(INFORMATION SHOWN Opens)

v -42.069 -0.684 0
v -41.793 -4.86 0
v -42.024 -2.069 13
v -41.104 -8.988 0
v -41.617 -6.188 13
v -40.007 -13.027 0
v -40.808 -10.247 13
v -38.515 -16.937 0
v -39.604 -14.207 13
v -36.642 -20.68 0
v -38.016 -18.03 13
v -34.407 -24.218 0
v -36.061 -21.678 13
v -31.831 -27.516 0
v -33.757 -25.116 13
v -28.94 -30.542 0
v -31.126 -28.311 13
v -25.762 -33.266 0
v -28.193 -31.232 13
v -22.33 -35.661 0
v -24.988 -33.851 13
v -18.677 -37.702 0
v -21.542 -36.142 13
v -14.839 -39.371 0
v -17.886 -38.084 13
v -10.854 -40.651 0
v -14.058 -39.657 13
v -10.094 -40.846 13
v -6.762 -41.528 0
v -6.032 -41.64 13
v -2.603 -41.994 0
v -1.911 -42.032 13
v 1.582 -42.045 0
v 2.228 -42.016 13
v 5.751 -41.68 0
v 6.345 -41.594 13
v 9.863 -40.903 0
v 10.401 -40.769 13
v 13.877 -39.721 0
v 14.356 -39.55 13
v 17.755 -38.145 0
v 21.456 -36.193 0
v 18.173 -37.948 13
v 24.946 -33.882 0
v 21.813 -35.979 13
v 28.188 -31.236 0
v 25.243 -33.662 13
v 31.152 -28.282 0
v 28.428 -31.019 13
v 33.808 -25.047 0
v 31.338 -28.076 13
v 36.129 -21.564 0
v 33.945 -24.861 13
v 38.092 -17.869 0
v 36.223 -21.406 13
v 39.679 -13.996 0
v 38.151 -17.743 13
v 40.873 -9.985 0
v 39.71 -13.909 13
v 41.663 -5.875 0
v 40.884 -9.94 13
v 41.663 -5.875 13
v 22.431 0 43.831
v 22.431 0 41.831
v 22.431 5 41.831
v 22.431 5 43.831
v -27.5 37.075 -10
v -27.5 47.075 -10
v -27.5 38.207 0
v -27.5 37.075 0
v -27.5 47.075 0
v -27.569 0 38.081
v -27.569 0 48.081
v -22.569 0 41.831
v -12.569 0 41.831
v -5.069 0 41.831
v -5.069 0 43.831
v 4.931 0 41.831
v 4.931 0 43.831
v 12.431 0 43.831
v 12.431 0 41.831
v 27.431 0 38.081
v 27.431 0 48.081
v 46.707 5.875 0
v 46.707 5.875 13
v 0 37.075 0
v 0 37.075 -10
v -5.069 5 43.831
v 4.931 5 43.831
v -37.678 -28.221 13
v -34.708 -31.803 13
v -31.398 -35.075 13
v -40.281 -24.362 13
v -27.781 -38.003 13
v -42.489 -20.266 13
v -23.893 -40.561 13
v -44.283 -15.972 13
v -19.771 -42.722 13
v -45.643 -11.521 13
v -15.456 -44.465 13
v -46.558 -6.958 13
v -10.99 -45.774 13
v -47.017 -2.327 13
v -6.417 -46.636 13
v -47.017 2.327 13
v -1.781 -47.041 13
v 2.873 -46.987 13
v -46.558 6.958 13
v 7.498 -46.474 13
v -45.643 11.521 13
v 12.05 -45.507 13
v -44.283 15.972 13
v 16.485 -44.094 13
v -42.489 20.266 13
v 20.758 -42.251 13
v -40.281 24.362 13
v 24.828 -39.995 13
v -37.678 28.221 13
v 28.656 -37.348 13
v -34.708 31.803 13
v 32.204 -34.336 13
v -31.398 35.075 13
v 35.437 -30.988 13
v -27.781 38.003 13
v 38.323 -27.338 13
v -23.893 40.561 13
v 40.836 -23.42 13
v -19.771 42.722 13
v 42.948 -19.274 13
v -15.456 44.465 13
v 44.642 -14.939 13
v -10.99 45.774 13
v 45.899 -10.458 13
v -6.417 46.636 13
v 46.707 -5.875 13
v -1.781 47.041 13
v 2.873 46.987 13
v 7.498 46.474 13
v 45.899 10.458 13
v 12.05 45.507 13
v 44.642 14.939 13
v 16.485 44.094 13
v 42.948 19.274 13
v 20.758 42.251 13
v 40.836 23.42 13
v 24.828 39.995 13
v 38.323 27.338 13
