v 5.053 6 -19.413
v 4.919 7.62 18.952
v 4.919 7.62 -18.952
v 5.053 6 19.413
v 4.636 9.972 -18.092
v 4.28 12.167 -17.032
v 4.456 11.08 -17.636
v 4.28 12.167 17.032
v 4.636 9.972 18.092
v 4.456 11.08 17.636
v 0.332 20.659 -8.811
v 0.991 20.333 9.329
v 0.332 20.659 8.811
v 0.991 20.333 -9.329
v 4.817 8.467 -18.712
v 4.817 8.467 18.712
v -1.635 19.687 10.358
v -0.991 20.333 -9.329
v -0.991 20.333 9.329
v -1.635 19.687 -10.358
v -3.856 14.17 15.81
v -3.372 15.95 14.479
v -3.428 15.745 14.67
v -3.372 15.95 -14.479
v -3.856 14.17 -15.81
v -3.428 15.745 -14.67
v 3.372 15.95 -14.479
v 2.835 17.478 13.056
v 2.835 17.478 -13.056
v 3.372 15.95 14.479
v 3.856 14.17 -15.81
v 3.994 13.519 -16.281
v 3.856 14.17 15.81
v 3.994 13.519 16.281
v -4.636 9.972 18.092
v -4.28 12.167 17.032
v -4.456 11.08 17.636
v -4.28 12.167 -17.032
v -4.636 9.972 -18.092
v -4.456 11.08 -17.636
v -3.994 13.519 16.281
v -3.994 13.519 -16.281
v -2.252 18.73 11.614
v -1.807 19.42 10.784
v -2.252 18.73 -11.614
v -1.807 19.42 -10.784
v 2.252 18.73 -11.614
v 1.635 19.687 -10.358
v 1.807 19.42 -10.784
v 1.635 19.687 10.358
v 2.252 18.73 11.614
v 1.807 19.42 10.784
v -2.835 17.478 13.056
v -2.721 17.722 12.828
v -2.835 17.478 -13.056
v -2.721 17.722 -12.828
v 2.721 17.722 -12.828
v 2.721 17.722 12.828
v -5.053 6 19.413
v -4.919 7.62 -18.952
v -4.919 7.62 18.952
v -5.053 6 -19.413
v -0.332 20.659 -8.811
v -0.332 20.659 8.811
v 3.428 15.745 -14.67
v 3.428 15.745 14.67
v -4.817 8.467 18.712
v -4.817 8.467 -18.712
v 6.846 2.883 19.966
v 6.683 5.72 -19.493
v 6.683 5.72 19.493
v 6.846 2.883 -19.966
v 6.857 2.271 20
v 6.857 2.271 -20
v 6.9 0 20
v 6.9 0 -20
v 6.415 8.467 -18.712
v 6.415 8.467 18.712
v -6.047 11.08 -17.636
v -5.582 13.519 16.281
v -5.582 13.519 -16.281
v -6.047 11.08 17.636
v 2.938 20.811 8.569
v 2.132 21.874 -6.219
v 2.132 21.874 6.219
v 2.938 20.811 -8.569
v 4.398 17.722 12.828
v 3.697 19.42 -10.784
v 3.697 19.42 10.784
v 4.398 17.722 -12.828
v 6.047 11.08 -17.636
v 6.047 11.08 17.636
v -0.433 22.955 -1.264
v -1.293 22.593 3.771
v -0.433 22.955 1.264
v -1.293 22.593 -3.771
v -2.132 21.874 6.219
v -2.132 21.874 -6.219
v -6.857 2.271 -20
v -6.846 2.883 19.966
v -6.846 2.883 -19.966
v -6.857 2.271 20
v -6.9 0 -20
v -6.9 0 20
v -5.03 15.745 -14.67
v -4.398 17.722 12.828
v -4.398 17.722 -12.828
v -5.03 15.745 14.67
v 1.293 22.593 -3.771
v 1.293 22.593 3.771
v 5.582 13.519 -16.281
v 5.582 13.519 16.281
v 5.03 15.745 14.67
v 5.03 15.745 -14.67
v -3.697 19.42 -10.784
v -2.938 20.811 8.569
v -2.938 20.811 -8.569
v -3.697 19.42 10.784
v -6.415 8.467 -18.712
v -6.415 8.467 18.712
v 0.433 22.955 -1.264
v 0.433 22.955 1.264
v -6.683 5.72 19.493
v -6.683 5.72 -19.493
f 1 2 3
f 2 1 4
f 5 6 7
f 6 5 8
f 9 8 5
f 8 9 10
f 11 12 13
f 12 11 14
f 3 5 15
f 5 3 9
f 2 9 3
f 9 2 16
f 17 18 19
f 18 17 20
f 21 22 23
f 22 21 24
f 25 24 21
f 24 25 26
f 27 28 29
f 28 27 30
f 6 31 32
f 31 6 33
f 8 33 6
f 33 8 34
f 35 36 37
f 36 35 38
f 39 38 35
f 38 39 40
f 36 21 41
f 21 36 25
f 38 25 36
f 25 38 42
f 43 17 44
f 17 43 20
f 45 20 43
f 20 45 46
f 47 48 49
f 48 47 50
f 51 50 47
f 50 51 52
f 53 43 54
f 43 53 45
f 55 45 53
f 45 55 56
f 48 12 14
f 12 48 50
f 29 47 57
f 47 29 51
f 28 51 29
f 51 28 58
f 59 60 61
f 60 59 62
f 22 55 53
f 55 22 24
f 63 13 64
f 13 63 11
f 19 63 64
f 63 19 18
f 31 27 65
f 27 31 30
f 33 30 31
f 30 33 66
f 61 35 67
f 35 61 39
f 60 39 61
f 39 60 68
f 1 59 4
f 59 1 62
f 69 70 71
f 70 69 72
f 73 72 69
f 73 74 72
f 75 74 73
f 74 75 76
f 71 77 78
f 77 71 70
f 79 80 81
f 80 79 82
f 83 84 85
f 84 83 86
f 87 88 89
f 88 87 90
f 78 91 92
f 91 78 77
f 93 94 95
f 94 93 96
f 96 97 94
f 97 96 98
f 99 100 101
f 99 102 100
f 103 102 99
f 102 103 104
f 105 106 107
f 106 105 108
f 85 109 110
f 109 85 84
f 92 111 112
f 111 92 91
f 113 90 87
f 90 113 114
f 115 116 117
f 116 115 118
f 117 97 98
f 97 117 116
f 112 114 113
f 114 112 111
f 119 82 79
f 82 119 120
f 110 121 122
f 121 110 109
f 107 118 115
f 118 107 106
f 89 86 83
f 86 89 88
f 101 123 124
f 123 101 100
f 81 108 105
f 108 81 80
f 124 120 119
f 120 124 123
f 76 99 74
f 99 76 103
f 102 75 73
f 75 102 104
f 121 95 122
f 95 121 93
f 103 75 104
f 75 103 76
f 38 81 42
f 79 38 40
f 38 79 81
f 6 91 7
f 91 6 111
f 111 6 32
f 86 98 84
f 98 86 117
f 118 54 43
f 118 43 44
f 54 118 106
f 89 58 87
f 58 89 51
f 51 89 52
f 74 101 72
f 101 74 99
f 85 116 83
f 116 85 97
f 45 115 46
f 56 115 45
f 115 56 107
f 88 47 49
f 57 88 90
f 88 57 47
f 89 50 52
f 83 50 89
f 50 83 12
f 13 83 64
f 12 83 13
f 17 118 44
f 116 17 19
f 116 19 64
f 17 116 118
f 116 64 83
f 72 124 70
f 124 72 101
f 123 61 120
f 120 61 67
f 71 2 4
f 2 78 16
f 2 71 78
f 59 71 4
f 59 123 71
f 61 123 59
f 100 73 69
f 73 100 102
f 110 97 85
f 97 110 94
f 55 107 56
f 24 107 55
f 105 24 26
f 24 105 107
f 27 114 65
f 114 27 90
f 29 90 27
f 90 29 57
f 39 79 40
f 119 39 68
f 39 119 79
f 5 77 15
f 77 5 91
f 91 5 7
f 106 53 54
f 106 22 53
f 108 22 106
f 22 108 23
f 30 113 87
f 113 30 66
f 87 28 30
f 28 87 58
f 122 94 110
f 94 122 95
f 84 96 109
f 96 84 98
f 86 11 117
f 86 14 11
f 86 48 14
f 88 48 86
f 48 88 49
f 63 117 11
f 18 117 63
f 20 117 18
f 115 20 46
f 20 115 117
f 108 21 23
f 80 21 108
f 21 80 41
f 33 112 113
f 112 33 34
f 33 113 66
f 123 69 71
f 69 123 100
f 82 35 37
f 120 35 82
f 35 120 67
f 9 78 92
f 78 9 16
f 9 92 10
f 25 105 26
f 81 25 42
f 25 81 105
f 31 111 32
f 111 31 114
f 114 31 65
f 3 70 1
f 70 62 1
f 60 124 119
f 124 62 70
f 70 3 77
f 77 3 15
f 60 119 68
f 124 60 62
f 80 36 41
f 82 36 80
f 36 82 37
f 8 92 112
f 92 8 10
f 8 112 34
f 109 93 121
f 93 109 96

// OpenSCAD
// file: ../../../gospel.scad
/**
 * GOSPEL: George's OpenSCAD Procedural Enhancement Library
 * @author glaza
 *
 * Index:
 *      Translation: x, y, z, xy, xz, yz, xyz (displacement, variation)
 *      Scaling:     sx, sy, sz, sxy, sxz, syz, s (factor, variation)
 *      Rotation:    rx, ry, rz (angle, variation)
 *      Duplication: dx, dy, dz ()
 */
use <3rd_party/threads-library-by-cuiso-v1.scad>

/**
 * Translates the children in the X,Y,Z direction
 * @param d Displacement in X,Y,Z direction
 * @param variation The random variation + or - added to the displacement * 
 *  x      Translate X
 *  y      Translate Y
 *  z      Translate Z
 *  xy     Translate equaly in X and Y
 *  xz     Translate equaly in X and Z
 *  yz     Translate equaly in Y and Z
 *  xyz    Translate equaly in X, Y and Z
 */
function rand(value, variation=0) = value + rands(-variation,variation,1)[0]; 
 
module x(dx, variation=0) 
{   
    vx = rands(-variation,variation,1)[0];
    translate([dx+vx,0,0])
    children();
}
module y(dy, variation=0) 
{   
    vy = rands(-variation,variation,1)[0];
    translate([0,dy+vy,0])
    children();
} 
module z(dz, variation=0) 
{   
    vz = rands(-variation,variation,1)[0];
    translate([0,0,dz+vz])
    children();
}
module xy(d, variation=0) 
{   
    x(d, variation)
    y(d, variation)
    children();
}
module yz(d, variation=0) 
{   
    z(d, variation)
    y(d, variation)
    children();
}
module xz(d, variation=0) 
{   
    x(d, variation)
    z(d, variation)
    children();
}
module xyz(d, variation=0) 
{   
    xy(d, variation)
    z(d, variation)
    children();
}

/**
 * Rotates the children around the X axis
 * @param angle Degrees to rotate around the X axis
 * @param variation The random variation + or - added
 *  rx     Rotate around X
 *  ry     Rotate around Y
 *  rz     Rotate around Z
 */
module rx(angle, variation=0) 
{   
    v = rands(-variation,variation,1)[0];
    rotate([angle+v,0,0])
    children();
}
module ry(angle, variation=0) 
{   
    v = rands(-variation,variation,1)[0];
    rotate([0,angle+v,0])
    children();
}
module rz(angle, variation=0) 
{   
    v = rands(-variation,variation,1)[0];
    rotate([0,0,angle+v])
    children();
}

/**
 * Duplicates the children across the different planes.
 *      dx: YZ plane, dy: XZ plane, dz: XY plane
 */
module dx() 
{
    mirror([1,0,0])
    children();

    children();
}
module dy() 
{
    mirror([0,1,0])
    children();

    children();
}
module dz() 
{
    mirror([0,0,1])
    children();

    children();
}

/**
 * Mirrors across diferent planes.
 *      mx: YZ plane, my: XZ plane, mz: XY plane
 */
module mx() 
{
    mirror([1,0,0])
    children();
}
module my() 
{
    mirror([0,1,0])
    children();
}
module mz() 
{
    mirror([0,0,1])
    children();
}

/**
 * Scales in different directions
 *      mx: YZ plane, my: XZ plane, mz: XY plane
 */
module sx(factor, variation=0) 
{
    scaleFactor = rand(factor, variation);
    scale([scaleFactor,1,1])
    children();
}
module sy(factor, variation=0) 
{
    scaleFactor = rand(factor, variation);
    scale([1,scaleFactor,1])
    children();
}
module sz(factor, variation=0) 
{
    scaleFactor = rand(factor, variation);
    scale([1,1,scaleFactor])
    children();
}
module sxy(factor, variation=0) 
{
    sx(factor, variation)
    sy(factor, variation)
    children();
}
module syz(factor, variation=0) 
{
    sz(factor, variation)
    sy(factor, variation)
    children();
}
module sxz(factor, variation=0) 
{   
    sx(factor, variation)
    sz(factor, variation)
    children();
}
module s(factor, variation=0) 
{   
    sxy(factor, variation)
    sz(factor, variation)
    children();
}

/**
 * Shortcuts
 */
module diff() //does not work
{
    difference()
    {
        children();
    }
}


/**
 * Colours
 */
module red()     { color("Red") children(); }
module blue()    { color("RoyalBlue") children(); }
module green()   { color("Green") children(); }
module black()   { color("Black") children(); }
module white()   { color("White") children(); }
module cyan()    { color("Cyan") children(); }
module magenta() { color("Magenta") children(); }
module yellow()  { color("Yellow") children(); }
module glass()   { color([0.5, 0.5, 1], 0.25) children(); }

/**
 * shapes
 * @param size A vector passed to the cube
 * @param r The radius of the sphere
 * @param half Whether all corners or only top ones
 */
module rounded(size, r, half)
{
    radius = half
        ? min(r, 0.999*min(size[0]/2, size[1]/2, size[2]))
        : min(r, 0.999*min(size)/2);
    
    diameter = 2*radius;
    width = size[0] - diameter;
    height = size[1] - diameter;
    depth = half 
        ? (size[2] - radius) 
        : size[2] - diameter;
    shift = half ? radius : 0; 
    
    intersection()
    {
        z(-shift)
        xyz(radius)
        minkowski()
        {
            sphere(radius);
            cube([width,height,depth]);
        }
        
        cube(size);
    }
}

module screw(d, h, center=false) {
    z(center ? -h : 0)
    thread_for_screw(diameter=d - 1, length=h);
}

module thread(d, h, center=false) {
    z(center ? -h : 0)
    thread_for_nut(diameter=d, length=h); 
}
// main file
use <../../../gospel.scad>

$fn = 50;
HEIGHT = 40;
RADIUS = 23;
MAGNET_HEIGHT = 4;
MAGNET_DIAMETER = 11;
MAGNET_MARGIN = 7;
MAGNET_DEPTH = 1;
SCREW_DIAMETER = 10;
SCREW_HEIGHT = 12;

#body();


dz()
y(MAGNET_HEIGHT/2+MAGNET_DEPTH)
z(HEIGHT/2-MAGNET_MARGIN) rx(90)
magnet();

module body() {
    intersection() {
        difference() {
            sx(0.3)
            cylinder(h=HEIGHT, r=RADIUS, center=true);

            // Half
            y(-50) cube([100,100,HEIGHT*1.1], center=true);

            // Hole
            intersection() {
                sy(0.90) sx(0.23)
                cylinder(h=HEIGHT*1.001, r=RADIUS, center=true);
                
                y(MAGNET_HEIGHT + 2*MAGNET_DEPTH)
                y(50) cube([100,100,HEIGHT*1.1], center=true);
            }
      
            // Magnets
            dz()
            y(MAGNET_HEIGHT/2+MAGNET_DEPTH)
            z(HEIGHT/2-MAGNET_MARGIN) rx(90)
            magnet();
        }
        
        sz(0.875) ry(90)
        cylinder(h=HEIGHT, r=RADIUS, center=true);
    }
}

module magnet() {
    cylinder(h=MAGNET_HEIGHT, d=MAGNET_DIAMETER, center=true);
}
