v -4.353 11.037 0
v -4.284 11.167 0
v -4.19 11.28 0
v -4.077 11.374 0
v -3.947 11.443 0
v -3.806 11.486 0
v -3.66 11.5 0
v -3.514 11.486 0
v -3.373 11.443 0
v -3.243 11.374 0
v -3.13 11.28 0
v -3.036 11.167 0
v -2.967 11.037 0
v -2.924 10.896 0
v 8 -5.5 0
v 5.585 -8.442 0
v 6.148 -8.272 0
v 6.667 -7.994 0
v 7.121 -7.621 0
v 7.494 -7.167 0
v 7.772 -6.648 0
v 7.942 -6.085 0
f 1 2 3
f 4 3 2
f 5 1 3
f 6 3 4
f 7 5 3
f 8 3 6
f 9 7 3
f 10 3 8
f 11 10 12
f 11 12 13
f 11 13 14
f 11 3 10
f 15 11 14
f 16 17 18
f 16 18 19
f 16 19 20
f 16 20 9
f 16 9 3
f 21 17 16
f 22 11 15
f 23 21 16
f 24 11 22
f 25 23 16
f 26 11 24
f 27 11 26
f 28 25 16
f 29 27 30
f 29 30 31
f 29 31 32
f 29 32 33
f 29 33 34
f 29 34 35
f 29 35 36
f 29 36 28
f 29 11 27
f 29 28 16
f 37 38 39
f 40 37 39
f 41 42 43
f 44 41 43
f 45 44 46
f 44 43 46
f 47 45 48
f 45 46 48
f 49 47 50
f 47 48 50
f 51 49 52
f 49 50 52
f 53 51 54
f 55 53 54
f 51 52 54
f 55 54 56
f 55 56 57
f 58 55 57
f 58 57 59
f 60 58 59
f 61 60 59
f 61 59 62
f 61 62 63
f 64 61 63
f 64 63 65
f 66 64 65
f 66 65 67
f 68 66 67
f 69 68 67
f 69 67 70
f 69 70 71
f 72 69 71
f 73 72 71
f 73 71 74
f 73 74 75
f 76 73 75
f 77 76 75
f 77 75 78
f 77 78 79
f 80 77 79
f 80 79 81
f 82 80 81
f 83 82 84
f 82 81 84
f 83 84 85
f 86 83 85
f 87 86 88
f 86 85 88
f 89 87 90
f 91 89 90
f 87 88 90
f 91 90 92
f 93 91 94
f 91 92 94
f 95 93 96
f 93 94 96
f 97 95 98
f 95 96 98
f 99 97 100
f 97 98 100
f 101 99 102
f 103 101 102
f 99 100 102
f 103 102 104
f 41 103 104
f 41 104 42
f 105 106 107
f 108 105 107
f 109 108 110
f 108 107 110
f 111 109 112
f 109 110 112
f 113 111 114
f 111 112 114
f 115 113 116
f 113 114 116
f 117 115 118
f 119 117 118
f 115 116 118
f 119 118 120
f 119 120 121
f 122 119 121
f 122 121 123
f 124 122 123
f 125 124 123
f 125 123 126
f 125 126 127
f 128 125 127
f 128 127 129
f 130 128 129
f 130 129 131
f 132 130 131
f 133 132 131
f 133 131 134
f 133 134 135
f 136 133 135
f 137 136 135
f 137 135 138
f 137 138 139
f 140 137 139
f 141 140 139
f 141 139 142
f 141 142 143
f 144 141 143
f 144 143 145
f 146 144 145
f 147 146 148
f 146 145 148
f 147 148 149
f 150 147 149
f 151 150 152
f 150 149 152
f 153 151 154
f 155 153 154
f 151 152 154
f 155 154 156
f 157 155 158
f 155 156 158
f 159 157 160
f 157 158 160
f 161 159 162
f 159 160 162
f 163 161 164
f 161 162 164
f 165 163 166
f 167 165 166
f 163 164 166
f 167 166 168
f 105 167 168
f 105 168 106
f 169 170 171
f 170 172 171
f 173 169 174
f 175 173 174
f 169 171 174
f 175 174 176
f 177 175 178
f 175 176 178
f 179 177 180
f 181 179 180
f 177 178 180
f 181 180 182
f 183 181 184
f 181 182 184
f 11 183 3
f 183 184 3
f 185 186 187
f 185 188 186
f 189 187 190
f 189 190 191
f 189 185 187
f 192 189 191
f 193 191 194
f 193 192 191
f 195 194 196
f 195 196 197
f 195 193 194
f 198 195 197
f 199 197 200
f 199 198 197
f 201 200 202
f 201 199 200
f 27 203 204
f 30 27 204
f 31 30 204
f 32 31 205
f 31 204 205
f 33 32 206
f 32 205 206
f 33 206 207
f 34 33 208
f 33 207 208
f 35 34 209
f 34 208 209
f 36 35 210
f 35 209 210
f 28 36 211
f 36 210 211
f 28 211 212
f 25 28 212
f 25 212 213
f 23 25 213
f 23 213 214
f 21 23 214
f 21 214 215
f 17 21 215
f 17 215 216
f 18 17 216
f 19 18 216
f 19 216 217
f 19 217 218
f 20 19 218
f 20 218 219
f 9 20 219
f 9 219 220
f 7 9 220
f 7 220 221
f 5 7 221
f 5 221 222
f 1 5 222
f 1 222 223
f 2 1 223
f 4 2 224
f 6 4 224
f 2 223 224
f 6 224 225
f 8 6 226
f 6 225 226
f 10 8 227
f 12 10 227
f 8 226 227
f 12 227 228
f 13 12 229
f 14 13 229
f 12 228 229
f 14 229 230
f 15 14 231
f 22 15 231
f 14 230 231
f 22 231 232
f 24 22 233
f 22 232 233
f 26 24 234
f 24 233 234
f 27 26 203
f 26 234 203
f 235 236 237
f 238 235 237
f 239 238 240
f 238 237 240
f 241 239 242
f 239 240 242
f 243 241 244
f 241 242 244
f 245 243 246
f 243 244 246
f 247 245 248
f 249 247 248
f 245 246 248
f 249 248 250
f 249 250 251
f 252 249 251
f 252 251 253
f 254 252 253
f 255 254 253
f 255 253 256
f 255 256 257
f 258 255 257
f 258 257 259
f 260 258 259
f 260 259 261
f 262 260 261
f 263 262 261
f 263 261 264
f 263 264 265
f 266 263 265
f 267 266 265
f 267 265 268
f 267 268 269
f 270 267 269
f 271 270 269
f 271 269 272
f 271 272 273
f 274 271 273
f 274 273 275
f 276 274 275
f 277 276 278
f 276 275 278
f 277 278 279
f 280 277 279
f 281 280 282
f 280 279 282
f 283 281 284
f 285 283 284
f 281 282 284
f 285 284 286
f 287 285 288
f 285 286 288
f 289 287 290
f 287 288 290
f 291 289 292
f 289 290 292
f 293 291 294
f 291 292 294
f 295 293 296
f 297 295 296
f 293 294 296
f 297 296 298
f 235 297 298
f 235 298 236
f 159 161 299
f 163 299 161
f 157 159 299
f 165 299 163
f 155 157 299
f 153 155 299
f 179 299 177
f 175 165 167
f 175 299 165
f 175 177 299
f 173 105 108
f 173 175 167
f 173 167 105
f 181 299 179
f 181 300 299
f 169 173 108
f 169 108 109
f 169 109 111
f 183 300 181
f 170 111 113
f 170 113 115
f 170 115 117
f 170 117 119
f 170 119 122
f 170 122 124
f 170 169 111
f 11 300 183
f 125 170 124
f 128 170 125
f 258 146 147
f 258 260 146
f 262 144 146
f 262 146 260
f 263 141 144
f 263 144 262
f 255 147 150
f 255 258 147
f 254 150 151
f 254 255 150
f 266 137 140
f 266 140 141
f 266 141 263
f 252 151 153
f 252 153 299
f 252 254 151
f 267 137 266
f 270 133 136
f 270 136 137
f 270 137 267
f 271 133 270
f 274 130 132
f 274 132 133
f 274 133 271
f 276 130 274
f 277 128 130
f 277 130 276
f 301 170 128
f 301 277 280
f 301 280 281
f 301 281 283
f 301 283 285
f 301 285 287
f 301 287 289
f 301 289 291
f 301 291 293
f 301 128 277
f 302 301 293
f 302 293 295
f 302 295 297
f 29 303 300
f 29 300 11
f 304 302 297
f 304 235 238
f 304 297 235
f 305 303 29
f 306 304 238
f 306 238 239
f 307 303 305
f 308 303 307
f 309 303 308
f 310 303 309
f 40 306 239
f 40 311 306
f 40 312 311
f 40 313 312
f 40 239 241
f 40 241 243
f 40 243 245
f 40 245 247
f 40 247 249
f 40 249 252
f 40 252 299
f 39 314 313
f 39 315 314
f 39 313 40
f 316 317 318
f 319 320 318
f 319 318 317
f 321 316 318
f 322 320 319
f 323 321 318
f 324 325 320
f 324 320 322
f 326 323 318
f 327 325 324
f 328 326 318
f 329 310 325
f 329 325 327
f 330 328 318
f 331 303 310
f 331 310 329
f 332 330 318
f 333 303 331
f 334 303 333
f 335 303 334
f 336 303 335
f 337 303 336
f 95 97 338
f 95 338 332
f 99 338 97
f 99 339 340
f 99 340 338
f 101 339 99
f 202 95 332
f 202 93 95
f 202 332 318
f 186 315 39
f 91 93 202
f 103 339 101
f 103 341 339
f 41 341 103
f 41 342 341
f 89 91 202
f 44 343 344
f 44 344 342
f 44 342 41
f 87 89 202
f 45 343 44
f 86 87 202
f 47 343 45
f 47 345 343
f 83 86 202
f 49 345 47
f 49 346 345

(INFORMATION SHOWN Closes)

**EXERCISE**
Look back at the entries above and repeat, unchanged, every line from the line holding "f 99 339 340" through the line holding "f 47 345 343".

**ANSWER TO THIS PROBLEM**
f 99 339 340
f 99 340 338
f 101 339 99
f 202 95 332
f 202 93 95
f 202 332 318
f 186 315 39
f 91 93 202
f 103 339 101
f 103 341 339
f 41 341 103
f 41 342 341
f 89 91 202
f 44 343 344
f 44 344 342
f 44 342 41
f 87 89 202
f 45 343 44
f 86 87 202
f 47 343 45
f 47 345 343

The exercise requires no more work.